What is needed
Starting at the top of the entries below, print each line exactly until the line with "BOSS_EXTRUDE1_DEPTH = 5.5" has been printed too.

START Input data

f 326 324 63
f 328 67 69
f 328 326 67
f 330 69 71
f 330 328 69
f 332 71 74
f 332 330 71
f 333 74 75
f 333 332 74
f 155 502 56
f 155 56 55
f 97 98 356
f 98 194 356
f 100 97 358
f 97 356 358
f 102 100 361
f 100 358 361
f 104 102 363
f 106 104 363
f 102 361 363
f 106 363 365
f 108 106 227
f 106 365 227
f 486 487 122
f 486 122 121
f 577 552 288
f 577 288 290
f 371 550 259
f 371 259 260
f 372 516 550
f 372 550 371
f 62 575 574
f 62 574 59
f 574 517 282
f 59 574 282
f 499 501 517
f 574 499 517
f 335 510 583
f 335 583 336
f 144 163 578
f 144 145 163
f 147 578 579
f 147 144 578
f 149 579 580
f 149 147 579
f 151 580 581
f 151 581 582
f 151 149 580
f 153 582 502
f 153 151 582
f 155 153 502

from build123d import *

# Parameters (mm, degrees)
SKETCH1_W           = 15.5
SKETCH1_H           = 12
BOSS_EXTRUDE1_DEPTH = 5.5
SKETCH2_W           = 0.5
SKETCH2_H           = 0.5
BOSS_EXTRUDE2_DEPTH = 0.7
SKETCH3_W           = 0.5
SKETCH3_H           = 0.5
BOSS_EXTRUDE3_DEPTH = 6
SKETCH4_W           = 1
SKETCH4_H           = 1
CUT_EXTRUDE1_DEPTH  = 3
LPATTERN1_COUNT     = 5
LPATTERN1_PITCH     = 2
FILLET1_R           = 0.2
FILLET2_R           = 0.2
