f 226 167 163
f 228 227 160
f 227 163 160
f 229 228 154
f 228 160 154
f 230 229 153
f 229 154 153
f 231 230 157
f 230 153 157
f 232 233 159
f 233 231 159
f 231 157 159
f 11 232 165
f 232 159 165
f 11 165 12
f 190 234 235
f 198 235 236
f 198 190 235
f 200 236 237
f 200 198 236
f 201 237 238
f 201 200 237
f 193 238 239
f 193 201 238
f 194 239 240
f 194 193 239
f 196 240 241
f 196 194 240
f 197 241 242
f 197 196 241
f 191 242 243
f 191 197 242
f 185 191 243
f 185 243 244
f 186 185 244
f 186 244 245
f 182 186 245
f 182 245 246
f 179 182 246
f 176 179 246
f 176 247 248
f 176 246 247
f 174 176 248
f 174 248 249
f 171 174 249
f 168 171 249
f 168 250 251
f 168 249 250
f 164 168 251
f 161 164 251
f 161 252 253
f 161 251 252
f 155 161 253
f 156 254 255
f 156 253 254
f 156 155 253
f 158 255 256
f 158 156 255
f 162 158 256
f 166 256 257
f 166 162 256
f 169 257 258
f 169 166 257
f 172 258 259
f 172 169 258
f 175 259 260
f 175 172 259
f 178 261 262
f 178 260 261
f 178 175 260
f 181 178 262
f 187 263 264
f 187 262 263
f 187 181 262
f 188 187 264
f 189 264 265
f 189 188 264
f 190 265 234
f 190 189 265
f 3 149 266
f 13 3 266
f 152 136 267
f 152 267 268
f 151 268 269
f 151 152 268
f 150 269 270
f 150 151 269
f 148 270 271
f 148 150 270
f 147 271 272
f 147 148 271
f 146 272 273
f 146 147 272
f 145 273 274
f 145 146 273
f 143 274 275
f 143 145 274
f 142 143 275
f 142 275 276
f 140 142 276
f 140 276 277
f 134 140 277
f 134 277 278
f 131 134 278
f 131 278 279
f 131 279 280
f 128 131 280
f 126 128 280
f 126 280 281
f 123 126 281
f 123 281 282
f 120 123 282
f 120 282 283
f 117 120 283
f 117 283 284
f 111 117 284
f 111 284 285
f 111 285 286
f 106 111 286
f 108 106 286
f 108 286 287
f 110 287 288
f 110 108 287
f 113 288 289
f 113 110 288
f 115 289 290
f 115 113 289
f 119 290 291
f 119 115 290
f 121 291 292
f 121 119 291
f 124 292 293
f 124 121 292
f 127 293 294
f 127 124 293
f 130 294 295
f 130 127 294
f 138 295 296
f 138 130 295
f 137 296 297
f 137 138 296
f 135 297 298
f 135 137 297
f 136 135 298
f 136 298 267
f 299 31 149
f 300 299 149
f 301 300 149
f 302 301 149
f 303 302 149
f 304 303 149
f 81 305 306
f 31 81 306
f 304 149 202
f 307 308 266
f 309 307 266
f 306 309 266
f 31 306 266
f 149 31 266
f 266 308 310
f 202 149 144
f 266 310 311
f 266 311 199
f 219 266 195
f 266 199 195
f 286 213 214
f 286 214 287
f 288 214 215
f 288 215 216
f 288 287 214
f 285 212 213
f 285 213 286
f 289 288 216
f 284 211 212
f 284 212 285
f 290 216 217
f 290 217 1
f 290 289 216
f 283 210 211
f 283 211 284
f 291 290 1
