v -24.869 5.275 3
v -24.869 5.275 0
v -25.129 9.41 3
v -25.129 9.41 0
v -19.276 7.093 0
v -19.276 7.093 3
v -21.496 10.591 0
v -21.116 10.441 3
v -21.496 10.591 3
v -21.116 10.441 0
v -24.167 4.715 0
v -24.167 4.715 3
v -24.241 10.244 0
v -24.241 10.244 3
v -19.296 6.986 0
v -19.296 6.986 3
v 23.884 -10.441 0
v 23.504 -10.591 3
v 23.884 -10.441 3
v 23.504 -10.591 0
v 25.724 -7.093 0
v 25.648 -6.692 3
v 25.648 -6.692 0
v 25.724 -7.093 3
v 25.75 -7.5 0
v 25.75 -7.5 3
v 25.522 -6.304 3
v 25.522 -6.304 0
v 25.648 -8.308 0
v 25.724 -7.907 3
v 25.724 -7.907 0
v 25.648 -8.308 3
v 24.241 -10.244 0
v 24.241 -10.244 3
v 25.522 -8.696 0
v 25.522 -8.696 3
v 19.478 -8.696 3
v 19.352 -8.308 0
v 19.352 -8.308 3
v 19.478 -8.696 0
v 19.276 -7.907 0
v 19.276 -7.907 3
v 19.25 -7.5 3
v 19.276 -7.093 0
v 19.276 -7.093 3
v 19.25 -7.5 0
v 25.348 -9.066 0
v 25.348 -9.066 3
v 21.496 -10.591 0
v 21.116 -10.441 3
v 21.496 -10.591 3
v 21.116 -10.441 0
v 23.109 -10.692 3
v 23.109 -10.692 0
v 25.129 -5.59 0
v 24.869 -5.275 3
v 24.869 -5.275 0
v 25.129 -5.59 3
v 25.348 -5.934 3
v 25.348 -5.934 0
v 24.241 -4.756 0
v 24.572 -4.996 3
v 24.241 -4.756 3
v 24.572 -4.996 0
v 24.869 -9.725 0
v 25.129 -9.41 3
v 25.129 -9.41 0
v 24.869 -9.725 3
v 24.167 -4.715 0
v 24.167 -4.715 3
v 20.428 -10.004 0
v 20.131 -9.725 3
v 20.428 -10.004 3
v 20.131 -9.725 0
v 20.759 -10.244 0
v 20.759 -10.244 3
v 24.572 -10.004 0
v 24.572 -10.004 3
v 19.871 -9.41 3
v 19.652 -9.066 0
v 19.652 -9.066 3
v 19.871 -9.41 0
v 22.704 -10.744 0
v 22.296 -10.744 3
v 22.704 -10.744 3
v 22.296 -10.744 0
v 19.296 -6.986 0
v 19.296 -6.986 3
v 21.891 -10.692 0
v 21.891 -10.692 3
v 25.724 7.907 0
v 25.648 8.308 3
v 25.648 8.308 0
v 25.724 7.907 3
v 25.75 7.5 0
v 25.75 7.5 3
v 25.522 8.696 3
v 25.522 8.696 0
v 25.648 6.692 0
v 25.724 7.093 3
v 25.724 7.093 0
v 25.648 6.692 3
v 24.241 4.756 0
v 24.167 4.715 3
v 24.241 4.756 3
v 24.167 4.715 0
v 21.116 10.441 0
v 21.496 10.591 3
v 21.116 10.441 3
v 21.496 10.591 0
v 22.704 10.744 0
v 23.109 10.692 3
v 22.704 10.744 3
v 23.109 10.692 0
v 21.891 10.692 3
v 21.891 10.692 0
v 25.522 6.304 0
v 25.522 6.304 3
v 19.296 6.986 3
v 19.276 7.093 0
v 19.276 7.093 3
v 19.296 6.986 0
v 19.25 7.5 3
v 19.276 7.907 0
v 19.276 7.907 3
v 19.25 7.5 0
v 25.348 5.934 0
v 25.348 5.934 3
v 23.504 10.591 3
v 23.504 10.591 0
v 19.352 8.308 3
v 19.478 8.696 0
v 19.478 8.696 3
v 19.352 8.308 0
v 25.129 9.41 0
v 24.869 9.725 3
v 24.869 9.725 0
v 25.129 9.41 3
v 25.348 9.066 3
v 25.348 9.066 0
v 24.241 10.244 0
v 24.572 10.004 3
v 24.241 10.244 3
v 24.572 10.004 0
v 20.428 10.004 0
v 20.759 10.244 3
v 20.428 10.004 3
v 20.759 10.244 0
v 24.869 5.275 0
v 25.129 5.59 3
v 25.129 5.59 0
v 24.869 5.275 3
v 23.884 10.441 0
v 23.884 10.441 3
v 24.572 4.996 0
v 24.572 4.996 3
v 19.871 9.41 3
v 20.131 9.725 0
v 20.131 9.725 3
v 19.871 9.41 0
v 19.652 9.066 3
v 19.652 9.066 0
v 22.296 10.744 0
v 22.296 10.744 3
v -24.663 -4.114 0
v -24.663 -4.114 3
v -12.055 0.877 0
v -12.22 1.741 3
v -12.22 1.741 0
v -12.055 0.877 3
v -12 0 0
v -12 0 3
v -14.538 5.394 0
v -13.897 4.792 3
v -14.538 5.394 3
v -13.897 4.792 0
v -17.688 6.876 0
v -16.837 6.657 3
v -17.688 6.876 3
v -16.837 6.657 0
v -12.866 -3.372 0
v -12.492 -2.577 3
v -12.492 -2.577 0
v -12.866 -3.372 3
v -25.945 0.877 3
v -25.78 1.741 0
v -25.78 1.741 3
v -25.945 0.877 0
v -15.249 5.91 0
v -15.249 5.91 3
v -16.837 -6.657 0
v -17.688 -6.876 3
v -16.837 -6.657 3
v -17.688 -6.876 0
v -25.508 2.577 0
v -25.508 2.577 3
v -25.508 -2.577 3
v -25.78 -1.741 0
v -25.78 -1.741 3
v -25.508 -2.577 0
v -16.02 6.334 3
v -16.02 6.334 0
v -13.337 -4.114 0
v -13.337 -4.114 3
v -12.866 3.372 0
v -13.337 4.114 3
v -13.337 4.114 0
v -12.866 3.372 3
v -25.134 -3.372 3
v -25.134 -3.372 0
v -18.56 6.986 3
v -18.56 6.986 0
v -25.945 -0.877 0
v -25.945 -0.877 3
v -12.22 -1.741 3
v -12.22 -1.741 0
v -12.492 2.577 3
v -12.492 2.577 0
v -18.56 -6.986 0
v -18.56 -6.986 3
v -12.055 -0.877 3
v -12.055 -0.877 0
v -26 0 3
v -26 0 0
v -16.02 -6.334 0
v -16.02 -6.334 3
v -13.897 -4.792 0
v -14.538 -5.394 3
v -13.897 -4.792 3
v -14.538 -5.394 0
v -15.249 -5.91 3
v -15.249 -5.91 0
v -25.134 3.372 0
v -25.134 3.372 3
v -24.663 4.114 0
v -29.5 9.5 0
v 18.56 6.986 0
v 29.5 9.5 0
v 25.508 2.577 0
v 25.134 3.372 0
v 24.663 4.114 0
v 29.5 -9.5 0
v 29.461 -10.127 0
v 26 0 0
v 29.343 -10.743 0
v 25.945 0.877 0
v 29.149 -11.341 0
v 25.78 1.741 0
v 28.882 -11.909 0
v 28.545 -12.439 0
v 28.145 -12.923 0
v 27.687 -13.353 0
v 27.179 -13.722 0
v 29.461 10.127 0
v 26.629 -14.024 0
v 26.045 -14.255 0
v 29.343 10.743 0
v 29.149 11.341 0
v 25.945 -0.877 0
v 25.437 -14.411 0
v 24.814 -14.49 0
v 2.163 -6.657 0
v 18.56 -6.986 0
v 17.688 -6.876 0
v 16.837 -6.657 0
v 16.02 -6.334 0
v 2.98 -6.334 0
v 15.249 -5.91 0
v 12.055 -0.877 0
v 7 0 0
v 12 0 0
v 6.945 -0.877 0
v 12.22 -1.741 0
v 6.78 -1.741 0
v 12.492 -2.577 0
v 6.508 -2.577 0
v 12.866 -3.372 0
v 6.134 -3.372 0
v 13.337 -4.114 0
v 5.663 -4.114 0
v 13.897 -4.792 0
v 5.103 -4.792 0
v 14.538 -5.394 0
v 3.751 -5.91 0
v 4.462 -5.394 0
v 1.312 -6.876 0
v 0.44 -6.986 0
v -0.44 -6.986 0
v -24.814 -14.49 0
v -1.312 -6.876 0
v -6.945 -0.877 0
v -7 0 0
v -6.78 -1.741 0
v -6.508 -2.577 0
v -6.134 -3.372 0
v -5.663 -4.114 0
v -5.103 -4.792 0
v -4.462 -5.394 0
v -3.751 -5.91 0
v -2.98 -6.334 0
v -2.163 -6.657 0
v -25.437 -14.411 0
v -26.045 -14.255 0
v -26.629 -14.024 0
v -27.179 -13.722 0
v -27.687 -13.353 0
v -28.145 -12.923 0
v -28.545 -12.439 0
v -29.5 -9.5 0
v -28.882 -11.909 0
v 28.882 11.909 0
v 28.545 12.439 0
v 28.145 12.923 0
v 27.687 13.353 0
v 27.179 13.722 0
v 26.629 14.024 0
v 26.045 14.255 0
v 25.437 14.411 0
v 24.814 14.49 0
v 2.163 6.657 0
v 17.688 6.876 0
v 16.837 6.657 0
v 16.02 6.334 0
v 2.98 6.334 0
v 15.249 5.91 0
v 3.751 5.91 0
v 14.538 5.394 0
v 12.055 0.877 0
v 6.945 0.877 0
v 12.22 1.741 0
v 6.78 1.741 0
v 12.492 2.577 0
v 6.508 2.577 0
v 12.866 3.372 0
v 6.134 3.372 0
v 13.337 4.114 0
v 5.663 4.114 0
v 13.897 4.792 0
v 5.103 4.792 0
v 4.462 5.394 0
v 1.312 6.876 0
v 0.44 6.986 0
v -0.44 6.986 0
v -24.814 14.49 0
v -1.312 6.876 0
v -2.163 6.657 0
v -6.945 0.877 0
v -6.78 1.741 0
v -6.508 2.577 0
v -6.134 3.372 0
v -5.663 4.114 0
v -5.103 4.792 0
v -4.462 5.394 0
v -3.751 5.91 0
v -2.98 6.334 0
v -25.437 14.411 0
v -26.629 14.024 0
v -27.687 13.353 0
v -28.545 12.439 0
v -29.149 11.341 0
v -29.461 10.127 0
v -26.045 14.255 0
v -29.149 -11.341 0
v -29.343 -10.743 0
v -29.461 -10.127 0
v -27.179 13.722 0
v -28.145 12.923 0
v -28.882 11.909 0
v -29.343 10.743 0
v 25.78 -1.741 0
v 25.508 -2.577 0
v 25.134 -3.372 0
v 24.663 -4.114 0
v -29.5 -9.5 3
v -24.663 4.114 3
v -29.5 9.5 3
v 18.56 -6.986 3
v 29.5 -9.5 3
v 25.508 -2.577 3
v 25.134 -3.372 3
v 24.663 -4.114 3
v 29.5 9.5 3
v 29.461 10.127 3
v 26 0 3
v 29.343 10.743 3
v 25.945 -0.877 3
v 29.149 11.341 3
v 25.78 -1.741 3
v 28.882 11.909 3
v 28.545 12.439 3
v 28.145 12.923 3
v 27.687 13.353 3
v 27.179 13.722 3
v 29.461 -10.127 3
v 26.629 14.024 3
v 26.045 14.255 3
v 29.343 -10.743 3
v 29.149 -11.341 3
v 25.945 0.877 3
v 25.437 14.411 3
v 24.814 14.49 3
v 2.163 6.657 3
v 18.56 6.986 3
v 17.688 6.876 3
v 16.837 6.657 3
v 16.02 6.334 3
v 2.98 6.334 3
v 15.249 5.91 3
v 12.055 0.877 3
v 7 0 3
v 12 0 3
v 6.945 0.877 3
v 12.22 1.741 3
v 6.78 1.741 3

END Input data

Solution for this task
f 326 324 63
f 328 67 69
f 328 326 67
f 330 69 71
f 330 328 69
f 332 71 74
f 332 330 71
f 333 74 75
f 333 332 74
f 155 502 56
f 155 56 55
f 97 98 356
f 98 194 356
f 100 97 358
f 97 356 358
f 102 100 361
f 100 358 361
f 104 102 363
f 106 104 363
f 102 361 363
f 106 363 365
f 108 106 227
f 106 365 227
f 486 487 122
f 486 122 121
f 577 552 288
f 577 288 290
f 371 550 259
f 371 259 260
f 372 516 550
f 372 550 371
f 62 575 574
f 62 574 59
f 574 517 282
f 59 574 282
f 499 501 517
f 574 499 517
f 335 510 583
f 335 583 336
f 144 163 578
f 144 145 163
f 147 578 579
f 147 144 578
f 149 579 580
f 149 147 579
f 151 580 581
f 151 581 582
f 151 149 580
f 153 582 502
f 153 151 582
f 155 153 502

from build123d import *

# Parameters (mm, degrees)
SKETCH1_W           = 15.5
SKETCH1_H           = 12
BOSS_EXTRUDE1_DEPTH = 5.5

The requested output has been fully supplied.